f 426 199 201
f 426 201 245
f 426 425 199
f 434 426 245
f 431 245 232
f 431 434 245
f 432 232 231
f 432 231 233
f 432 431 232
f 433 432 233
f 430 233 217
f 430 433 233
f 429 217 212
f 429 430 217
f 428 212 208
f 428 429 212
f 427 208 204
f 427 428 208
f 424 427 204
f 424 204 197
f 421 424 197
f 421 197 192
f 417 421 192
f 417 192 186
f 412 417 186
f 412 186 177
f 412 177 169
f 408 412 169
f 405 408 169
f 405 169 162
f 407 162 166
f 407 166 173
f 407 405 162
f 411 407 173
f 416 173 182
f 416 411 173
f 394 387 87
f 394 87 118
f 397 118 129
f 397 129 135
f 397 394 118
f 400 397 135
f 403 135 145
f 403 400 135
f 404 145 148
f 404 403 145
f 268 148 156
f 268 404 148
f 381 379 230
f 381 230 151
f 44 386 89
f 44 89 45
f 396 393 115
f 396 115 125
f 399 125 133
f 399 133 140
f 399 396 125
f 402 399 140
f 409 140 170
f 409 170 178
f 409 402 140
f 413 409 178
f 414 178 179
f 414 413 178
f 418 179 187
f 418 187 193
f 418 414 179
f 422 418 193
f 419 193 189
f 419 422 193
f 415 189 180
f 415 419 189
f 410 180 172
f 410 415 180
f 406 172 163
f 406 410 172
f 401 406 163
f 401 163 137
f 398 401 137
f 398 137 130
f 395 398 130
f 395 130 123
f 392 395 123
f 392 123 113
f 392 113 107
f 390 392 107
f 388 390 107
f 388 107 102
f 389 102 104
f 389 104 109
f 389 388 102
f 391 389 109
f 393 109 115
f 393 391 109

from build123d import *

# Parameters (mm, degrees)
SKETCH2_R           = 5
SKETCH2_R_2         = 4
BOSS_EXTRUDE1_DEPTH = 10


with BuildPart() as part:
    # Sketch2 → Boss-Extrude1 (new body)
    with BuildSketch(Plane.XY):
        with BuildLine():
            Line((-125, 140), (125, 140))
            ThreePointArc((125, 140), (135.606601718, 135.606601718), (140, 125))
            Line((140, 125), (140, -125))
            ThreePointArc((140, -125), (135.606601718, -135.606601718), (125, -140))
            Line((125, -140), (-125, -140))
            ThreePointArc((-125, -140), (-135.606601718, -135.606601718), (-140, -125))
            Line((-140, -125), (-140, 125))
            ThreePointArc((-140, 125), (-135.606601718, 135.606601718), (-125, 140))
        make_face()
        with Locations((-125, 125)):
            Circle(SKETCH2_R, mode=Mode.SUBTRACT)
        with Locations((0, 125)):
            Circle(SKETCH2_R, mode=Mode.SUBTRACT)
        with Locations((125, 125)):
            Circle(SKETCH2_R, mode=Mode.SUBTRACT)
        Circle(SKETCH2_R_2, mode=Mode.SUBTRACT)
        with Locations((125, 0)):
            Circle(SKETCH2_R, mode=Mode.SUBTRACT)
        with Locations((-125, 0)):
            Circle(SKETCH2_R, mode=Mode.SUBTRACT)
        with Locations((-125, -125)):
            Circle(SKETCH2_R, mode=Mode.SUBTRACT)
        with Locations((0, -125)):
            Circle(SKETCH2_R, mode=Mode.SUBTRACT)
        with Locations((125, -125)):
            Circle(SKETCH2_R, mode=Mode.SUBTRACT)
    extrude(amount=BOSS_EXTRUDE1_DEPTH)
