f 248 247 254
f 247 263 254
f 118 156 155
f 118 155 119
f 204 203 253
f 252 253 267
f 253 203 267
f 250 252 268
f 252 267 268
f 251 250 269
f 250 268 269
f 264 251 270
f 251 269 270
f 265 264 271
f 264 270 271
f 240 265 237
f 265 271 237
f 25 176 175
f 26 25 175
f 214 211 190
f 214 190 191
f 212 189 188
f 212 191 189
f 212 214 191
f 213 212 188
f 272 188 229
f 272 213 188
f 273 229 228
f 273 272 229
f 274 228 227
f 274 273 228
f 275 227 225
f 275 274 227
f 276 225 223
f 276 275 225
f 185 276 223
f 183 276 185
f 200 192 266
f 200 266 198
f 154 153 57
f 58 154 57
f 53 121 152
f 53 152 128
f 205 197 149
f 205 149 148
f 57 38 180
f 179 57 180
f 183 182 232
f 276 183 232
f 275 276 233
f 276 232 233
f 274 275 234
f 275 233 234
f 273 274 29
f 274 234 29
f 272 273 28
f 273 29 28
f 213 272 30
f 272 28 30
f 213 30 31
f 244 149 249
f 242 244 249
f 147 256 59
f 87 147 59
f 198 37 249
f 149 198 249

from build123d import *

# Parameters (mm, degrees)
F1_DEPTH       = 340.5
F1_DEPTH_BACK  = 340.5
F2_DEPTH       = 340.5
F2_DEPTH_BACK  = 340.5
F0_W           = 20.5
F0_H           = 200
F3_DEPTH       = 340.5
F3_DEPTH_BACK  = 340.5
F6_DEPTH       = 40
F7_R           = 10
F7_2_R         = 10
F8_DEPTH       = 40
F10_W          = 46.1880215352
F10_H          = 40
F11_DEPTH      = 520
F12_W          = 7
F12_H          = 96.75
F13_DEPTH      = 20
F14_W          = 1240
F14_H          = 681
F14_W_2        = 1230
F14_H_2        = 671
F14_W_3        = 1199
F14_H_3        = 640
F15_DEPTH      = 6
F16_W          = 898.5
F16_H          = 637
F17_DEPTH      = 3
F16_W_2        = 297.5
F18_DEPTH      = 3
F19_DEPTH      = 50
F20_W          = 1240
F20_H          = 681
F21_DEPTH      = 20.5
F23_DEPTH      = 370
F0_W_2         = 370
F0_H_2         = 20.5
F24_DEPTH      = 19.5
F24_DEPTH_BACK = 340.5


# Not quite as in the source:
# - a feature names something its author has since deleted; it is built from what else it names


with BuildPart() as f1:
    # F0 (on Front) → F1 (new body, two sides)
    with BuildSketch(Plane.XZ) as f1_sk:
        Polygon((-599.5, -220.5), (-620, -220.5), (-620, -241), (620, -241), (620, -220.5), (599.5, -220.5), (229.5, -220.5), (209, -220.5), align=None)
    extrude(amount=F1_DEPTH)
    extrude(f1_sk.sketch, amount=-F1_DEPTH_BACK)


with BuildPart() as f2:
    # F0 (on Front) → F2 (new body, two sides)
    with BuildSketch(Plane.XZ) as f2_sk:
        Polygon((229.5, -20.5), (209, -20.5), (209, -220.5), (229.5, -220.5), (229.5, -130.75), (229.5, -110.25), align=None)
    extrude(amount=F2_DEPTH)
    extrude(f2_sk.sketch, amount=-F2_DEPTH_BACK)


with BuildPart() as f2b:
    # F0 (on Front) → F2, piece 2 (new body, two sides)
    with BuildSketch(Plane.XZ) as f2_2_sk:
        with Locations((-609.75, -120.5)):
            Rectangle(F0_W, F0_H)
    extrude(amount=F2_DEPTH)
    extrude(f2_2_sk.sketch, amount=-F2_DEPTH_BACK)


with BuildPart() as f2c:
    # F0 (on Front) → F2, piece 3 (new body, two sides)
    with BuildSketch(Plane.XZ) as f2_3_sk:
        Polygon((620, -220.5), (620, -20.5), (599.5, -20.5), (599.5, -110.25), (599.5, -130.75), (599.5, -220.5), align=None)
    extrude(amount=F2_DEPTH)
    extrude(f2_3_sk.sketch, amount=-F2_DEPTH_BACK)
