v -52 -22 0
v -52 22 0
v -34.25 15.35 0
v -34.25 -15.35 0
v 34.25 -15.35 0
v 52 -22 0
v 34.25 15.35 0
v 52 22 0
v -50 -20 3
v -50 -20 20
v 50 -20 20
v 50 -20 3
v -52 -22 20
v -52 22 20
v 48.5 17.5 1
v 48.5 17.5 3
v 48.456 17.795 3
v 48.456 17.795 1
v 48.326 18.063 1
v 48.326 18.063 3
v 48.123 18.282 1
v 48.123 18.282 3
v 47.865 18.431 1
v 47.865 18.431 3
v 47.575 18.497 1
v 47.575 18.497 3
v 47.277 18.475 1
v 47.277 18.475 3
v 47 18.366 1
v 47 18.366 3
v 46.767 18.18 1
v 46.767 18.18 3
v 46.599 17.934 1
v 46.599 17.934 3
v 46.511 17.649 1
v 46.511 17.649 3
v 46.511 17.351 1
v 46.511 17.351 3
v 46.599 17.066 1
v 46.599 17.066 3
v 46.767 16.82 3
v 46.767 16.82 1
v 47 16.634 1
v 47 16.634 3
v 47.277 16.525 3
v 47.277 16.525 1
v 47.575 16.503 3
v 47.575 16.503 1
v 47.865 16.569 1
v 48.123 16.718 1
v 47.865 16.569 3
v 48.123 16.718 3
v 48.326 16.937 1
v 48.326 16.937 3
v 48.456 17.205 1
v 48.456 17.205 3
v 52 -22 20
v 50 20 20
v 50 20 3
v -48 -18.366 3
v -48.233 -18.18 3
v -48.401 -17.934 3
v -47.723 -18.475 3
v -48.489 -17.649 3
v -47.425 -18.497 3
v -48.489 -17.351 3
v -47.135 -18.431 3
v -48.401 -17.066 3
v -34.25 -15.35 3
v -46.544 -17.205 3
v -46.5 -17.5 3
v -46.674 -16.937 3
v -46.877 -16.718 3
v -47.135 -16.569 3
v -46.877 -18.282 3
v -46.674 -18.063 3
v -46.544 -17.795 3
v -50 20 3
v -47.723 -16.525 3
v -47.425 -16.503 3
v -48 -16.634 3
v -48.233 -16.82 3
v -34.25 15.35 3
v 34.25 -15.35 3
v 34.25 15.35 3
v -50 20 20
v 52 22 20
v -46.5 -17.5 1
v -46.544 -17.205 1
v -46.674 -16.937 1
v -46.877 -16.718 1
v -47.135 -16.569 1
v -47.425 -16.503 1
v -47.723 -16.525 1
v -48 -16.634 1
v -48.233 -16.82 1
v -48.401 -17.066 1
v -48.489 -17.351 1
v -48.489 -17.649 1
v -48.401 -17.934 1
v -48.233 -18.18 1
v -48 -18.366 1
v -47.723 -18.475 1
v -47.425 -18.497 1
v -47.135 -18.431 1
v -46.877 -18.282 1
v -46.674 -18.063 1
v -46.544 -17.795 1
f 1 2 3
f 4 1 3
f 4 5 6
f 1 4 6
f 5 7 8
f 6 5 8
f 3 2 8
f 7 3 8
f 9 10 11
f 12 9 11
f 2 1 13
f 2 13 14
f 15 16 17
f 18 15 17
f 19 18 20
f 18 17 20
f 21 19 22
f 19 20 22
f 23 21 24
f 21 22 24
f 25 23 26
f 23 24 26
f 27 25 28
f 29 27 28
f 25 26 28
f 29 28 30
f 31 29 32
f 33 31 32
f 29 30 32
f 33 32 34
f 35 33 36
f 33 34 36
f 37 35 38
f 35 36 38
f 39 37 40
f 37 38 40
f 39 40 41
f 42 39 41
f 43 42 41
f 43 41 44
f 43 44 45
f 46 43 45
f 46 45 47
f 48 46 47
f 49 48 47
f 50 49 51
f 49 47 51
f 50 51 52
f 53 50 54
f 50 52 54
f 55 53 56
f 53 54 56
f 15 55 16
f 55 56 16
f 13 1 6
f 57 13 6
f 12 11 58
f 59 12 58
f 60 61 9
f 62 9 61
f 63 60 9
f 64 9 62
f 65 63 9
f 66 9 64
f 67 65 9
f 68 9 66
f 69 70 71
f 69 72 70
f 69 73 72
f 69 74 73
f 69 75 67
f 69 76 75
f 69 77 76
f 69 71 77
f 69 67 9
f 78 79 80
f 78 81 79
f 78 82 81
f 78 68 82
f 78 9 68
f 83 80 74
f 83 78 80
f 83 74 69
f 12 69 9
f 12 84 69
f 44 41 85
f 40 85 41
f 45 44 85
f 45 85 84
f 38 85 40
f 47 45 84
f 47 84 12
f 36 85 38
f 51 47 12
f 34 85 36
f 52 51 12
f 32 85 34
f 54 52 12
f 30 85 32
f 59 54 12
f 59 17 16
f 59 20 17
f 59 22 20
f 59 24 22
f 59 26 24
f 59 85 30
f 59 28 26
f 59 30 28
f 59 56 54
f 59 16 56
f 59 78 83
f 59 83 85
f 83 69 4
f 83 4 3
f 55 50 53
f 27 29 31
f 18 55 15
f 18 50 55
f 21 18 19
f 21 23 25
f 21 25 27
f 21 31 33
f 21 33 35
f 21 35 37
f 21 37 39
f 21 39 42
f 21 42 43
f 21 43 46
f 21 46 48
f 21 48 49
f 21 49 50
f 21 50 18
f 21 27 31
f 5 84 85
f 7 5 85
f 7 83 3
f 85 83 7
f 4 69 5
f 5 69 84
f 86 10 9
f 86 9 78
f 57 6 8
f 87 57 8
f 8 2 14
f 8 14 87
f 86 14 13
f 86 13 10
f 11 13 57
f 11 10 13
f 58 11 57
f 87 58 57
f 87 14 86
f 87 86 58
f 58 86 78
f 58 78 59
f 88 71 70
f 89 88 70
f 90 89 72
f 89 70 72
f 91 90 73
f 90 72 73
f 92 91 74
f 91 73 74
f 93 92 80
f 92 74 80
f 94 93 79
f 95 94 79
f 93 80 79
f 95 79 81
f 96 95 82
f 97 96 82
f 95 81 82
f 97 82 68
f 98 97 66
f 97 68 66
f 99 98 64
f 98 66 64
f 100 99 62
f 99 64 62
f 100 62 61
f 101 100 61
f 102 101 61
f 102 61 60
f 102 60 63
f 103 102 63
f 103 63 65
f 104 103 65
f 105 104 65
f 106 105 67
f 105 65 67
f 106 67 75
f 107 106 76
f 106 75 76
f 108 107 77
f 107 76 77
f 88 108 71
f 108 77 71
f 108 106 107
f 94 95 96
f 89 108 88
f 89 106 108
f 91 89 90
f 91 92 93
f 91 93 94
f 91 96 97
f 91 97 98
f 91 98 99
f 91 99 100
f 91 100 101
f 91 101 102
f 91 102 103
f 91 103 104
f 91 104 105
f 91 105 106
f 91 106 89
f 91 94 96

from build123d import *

# Parameters (mm, degrees)
SKETCH_W        = 104
SKETCH_H        = 44
PAD_DEPTH       = 20
SKETCH001_W     = 100
SKETCH001_H     = 40
POCKET_DEPTH    = 17
SKETCH002_W     = 68.5
SKETCH002_H     = 30.7
POCKET001_DEPTH = 3
SKETCH003_R     = 1
POCKET002_DEPTH = 2


with BuildPart() as part:
    # Sketch → Pad (new body)
    with BuildSketch(Plane.XY):
        Rectangle(SKETCH_W, SKETCH_H)
    extrude(amount=PAD_DEPTH)

    # Sketch001 (on Face6 of Pad) → Pocket (cut)
    with BuildSketch(Plane.XY.offset(20)):
        Rectangle(SKETCH001_W, SKETCH001_H)
    extrude(amount=-POCKET_DEPTH, mode=Mode.SUBTRACT)

    # Sketch002 (on Face11 of Pocket) → Pocket001 (cut)
    with BuildSketch(Plane.XY.offset(3)):
        Rectangle(SKETCH002_W, SKETCH002_H)
    extrude(amount=-POCKET001_DEPTH, mode=Mode.SUBTRACT)

    # Sketch003 (on Face15 of Pocket001) → Pocket002 (cut)
    with BuildSketch(Plane.XY.offset(3)):
        with Locations((47.5, 17.5)):
            Circle(SKETCH003_R)
        with Locations((-47.5, -17.5)):
            Circle(SKETCH003_R)
    extrude(amount=-POCKET002_DEPTH, mode=Mode.SUBTRACT)


solid = part.part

_The task_: Return only the lines between the one holding "v -48.489 -17.649 3" and the one holding "v -48 -16.634 1", inclusive, exactly as they appear above.

_Reply_:
v -48.489 -17.649 3
v -47.425 -18.497 3
v -48.489 -17.351 3
v -47.135 -18.431 3
v -48.401 -17.066 3
v -34.25 -15.35 3
v -46.544 -17.205 3
v -46.5 -17.5 3
v -46.674 -16.937 3
v -46.877 -16.718 3
v -47.135 -16.569 3
v -46.877 -18.282 3
v -46.674 -18.063 3
v -46.544 -17.795 3
v -50 20 3
v -47.723 -16.525 3
v -47.425 -16.503 3
v -48 -16.634 3
v -48.233 -16.82 3
v -34.25 15.35 3
v 34.25 -15.35 3
v 34.25 15.35 3
v -50 20 20
v 52 22 20
v -46.5 -17.5 1
v -46.544 -17.205 1
v -46.674 -16.937 1
v -46.877 -16.718 1
v -47.135 -16.569 1
v -47.425 -16.503 1
v -47.723 -16.525 1
v -48 -16.634 1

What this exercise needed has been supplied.